Start of SUPPLIED INFORMATION
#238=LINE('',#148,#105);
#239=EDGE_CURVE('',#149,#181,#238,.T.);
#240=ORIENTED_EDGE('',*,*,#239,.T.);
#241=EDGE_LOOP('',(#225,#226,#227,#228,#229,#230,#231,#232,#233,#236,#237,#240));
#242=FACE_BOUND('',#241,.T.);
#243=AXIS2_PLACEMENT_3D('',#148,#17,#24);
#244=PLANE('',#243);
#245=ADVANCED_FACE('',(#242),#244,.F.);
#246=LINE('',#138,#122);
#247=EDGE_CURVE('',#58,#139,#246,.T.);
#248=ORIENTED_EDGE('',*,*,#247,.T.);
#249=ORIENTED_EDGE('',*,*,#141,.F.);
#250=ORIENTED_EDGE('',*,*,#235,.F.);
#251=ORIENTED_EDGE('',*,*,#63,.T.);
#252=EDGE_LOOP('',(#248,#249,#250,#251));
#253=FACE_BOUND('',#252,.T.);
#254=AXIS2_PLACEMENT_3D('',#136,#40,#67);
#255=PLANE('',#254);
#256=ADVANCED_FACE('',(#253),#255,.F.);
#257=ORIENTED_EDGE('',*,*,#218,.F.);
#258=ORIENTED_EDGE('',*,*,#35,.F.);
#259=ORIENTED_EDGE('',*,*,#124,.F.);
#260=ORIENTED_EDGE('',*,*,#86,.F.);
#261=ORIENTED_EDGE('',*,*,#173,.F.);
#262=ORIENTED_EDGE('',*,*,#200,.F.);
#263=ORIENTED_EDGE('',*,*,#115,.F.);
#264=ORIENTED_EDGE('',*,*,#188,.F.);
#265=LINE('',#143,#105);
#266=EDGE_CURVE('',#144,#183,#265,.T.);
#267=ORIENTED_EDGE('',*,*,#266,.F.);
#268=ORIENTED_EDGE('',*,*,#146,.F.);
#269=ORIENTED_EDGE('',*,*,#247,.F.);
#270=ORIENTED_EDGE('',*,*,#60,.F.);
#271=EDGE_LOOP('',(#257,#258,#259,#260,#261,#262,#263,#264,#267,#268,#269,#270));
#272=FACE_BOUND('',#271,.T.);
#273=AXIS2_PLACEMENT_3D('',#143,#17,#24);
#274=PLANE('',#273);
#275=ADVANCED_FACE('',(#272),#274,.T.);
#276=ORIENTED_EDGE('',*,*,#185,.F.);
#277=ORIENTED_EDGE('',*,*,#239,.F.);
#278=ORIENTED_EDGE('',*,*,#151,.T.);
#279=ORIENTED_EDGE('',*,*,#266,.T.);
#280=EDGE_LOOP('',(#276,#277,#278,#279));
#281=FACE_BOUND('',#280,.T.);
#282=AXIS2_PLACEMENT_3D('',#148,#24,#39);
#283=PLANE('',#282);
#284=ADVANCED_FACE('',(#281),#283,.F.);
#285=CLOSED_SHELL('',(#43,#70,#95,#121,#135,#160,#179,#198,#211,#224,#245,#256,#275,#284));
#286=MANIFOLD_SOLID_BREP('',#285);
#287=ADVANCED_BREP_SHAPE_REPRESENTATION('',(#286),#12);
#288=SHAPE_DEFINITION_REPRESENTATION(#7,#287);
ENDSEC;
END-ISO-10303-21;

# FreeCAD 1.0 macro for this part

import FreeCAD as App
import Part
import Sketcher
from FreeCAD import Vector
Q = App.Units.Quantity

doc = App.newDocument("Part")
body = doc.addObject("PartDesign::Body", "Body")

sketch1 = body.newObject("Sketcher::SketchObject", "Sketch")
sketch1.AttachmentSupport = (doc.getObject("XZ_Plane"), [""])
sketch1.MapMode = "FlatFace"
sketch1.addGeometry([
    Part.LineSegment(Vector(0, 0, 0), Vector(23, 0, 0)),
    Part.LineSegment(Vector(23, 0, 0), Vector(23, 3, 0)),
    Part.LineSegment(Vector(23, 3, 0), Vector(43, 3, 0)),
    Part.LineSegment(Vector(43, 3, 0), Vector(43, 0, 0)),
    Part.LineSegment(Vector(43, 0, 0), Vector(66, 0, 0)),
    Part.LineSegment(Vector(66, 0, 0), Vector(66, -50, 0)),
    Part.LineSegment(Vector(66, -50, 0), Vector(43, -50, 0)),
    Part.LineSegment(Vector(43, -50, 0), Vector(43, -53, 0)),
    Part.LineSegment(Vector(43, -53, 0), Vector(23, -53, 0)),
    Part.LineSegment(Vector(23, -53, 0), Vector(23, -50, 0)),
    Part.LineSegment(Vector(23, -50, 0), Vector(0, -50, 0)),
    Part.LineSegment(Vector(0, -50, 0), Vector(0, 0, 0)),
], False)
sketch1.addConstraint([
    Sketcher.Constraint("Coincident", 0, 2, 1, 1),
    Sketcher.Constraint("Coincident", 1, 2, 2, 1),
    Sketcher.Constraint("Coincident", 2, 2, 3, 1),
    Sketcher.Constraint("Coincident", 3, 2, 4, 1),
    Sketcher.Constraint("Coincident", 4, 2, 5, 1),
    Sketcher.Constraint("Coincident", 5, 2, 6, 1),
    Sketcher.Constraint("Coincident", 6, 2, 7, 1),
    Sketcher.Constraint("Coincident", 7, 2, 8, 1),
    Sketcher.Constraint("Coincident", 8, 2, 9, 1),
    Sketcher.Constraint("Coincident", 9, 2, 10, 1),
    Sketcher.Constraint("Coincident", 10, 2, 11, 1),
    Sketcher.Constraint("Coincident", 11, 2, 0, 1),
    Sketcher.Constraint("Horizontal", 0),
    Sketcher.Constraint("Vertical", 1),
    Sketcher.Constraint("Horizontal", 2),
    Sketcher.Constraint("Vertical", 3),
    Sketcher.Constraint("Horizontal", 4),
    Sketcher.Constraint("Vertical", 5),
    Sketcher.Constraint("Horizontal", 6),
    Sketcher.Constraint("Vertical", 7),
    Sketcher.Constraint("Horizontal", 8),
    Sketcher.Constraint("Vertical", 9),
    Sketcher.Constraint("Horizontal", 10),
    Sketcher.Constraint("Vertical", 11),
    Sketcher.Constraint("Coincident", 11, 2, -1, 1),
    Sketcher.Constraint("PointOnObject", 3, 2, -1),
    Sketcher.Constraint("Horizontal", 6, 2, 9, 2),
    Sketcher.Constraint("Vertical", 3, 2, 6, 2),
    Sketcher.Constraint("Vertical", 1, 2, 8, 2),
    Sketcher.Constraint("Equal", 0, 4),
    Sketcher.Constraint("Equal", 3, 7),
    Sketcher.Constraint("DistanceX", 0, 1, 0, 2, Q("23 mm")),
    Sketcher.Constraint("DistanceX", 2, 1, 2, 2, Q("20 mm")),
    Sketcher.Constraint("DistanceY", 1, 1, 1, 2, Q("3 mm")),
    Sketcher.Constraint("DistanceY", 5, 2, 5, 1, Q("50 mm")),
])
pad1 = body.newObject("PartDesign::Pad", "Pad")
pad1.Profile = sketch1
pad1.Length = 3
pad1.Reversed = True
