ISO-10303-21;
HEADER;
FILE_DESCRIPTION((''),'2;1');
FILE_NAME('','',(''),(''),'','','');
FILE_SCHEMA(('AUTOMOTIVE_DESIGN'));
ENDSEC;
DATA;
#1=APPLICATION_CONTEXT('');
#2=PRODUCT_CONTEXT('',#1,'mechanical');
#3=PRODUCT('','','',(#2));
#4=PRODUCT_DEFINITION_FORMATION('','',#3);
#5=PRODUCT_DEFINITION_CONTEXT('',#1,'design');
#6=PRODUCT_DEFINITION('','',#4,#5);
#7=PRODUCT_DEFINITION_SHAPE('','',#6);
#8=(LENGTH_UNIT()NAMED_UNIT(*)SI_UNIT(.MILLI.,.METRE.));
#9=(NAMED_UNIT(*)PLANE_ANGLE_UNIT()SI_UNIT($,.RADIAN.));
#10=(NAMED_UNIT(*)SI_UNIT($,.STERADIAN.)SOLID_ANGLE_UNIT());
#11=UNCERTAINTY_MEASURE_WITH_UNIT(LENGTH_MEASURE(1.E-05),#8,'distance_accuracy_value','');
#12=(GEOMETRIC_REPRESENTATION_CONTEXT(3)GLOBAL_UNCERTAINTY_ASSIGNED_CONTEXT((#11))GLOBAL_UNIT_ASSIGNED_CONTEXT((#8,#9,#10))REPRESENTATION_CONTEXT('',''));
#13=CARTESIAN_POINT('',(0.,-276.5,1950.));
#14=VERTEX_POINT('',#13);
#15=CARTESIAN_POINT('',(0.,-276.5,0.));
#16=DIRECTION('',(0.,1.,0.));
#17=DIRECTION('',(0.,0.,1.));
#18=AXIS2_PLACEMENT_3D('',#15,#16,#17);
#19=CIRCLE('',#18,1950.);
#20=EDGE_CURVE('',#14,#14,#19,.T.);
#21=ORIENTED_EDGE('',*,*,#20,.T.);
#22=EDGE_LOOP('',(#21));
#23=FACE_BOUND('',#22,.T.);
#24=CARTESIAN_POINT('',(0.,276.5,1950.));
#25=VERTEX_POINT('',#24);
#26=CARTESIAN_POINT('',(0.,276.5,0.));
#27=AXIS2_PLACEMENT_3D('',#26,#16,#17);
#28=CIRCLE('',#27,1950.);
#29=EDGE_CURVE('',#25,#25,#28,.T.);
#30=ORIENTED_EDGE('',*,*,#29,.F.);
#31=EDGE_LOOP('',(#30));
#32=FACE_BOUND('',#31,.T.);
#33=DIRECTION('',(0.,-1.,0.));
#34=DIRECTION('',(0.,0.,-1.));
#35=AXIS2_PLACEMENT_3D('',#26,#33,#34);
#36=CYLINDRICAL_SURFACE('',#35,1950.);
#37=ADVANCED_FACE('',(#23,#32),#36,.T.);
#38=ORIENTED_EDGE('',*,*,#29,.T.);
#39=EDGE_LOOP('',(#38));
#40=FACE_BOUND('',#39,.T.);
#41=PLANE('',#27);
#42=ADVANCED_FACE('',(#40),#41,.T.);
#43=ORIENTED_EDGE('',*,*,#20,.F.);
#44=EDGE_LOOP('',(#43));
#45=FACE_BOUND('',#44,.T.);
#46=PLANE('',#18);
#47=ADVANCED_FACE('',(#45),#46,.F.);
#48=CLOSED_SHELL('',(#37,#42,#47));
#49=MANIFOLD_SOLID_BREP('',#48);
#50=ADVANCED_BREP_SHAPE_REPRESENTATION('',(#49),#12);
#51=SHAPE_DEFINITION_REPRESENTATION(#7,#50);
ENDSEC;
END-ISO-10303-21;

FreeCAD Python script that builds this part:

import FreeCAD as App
import Part
import Sketcher
Q = App.Units.Quantity

doc = App.newDocument("Part")
body = doc.addObject("PartDesign::Body", "Body")

# Sketch on XZ plane
sketch1 = body.newObject("Sketcher::SketchObject", "Sketch")
sketch1.AttachmentSupport = (doc.getObject("XZ_Plane"), [""])
sketch1.MapMode = "FlatFace"
sketch1.addGeometry(Part.Circle(App.Vector(0, 0, 0), App.Vector(0, 0, 1), 1950), False)
sketch1.addConstraint([
    Sketcher.Constraint("Coincident", 0, 3, -1, 1),
    Sketcher.Constraint("Diameter", 0, Q("3900 mm")),
])
pad1 = body.newObject("PartDesign::Pad", "Pad")
pad1.Profile = sketch1
pad1.Length = 553
pad1.Midplane = True

doc.recompute()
End of SUPPLIED INFORMATION
• **ABOUT THIS EXERCISE**
From the entries above, restate word for word the lines from the line containing "#281=FACE_BOUND('',#280,.T.);" to the line containing "#286=MANIFOLD_SOLID_BREP('',#285);", both ends included, and nothing more.

• **TASK ANSWER**
#281=FACE_BOUND('',#280,.T.);
#282=AXIS2_PLACEMENT_3D('',#148,#24,#39);
#283=PLANE('',#282);
#284=ADVANCED_FACE('',(#281),#283,.F.);
#285=CLOSED_SHELL('',(#43,#70,#95,#121,#135,#160,#179,#198,#211,#224,#245,#256,#275,#284));
#286=MANIFOLD_SOLID_BREP('',#285);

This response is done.